The first line of the entries through the line bearing "f 194 123 102": copy these lines exactly and return nothing else.

··· Data listing ···

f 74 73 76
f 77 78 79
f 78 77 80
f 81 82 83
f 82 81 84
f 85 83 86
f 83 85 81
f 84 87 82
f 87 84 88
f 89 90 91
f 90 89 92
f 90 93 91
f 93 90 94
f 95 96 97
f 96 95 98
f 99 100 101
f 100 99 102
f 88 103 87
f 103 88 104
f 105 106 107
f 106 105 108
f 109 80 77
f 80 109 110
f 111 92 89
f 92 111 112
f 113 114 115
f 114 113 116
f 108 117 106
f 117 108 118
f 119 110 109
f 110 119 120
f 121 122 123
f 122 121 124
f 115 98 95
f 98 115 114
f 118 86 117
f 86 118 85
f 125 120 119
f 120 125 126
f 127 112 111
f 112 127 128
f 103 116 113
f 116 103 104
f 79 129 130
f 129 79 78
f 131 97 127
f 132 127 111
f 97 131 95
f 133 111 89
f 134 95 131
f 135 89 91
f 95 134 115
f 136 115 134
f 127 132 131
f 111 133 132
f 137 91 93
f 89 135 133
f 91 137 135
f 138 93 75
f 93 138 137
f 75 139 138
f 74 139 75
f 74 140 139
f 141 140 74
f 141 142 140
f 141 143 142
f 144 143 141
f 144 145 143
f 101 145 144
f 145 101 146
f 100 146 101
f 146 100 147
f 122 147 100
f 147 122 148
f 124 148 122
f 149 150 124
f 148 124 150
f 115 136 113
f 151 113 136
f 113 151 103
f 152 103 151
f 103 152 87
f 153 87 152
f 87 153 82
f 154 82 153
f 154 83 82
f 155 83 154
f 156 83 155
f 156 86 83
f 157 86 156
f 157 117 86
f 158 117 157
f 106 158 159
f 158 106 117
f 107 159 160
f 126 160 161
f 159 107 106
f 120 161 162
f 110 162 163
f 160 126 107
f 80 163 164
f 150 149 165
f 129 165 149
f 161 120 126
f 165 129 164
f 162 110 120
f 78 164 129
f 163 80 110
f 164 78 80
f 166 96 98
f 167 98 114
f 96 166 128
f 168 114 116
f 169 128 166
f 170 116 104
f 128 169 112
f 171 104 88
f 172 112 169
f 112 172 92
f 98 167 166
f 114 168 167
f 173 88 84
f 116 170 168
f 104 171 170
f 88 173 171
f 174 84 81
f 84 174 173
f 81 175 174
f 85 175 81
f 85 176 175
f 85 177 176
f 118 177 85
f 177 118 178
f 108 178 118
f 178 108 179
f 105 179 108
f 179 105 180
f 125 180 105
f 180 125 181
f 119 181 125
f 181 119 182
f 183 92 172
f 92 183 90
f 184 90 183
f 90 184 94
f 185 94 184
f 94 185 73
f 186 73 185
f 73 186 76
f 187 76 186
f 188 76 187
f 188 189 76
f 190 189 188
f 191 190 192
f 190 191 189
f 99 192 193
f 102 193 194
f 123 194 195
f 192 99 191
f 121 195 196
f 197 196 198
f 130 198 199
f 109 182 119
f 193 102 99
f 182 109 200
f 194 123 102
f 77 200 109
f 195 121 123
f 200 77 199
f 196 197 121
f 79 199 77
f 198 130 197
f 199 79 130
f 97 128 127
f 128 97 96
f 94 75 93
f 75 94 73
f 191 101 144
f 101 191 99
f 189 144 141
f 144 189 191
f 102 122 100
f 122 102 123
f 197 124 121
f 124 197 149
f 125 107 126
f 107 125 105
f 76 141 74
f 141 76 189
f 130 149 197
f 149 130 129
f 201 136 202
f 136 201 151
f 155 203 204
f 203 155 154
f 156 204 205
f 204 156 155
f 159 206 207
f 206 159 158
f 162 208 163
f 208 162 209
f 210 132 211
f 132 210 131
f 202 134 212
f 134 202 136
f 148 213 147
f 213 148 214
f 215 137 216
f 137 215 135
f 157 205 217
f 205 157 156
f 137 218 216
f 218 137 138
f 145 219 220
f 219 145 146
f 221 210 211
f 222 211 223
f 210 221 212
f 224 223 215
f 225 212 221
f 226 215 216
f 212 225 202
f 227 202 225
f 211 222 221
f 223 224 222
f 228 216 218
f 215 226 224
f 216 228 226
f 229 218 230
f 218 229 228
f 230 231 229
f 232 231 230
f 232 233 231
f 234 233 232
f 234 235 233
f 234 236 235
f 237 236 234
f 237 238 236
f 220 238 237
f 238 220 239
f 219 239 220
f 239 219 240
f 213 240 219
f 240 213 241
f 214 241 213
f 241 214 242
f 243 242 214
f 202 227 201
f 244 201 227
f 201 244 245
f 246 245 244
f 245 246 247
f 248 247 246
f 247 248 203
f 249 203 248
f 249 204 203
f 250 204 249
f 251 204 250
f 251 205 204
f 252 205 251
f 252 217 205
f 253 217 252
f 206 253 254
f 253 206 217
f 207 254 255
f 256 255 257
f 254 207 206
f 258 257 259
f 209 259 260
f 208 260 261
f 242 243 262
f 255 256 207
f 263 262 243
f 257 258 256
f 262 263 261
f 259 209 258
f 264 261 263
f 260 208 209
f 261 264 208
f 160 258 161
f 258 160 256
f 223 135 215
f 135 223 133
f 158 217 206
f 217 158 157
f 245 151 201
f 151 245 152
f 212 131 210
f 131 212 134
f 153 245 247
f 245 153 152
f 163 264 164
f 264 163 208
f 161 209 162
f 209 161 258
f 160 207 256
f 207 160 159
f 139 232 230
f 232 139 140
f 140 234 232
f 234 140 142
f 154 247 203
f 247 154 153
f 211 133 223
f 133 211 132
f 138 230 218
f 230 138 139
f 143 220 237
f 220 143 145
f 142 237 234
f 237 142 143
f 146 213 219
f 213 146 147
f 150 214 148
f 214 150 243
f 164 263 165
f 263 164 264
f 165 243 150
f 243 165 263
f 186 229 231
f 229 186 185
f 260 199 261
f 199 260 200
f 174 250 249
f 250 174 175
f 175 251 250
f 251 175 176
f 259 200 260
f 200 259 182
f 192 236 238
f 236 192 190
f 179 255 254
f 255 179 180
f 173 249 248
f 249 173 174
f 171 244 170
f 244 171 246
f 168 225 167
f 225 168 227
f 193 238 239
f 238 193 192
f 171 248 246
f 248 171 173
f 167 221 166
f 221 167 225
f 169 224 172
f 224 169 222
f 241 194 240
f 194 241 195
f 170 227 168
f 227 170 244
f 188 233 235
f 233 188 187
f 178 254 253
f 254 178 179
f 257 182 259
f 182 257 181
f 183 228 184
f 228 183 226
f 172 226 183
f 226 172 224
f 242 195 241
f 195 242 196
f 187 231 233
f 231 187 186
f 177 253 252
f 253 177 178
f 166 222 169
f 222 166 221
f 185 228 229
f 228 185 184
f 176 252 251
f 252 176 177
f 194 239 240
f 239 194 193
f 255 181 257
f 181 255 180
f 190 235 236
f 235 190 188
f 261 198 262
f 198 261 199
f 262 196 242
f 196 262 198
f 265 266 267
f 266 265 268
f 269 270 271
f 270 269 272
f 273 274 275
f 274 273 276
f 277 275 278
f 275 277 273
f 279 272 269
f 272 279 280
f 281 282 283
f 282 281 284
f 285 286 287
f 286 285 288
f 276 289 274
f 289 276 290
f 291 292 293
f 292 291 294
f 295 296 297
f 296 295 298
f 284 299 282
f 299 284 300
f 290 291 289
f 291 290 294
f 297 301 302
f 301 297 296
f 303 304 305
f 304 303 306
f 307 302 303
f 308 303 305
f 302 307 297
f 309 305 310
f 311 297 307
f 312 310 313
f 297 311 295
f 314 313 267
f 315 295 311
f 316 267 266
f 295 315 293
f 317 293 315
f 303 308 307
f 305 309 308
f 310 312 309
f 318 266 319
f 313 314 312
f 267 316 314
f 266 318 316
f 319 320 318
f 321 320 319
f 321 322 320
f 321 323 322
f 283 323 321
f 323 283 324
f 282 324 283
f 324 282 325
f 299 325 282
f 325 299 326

···

**Response**
f 74 73 76
f 77 78 79
f 78 77 80
f 81 82 83
f 82 81 84
f 85 83 86
f 83 85 81
f 84 87 82
f 87 84 88
f 89 90 91
f 90 89 92
f 90 93 91
f 93 90 94
f 95 96 97
f 96 95 98
f 99 100 101
f 100 99 102
f 88 103 87
f 103 88 104
f 105 106 107
f 106 105 108
f 109 80 77
f 80 109 110
f 111 92 89
f 92 111 112
f 113 114 115
f 114 113 116
f 108 117 106
f 117 108 118
f 119 110 109
f 110 119 120
f 121 122 123
f 122 121 124
f 115 98 95
f 98 115 114
f 118 86 117
f 86 118 85
f 125 120 119
f 120 125 126
f 127 112 111
f 112 127 128
f 103 116 113
f 116 103 104
f 79 129 130
f 129 79 78
f 131 97 127
f 132 127 111
f 97 131 95
f 133 111 89
f 134 95 131
f 135 89 91
f 95 134 115
f 136 115 134
f 127 132 131
f 111 133 132
f 137 91 93
f 89 135 133
f 91 137 135
f 138 93 75
f 93 138 137
f 75 139 138
f 74 139 75
f 74 140 139
f 141 140 74
f 141 142 140
f 141 143 142
f 144 143 141
f 144 145 143
f 101 145 144
f 145 101 146
f 100 146 101
f 146 100 147
f 122 147 100
f 147 122 148
f 124 148 122
f 149 150 124
f 148 124 150
f 115 136 113
f 151 113 136
f 113 151 103
f 152 103 151
f 103 152 87
f 153 87 152
f 87 153 82
f 154 82 153
f 154 83 82
f 155 83 154
f 156 83 155
f 156 86 83
f 157 86 156
f 157 117 86
f 158 117 157
f 106 158 159
f 158 106 117
f 107 159 160
f 126 160 161
f 159 107 106
f 120 161 162
f 110 162 163
f 160 126 107
f 80 163 164
f 150 149 165
f 129 165 149
f 161 120 126
f 165 129 164
f 162 110 120
f 78 164 129
f 163 80 110
f 164 78 80
f 166 96 98
f 167 98 114
f 96 166 128
f 168 114 116
f 169 128 166
f 170 116 104
f 128 169 112
f 171 104 88
f 172 112 169
f 112 172 92
f 98 167 166
f 114 168 167
f 173 88 84
f 116 170 168
f 104 171 170
f 88 173 171
f 174 84 81
f 84 174 173
f 81 175 174
f 85 175 81
f 85 176 175
f 85 177 176
f 118 177 85
f 177 118 178
f 108 178 118
f 178 108 179
f 105 179 108
f 179 105 180
f 125 180 105
f 180 125 181
f 119 181 125
f 181 119 182
f 183 92 172
f 92 183 90
f 184 90 183
f 90 184 94
f 185 94 184
f 94 185 73
f 186 73 185
f 73 186 76
f 187 76 186
f 188 76 187
f 188 189 76
f 190 189 188
f 191 190 192
f 190 191 189
f 99 192 193
f 102 193 194
f 123 194 195
f 192 99 191
f 121 195 196
f 197 196 198
f 130 198 199
f 109 182 119
f 193 102 99
f 182 109 200
f 194 123 102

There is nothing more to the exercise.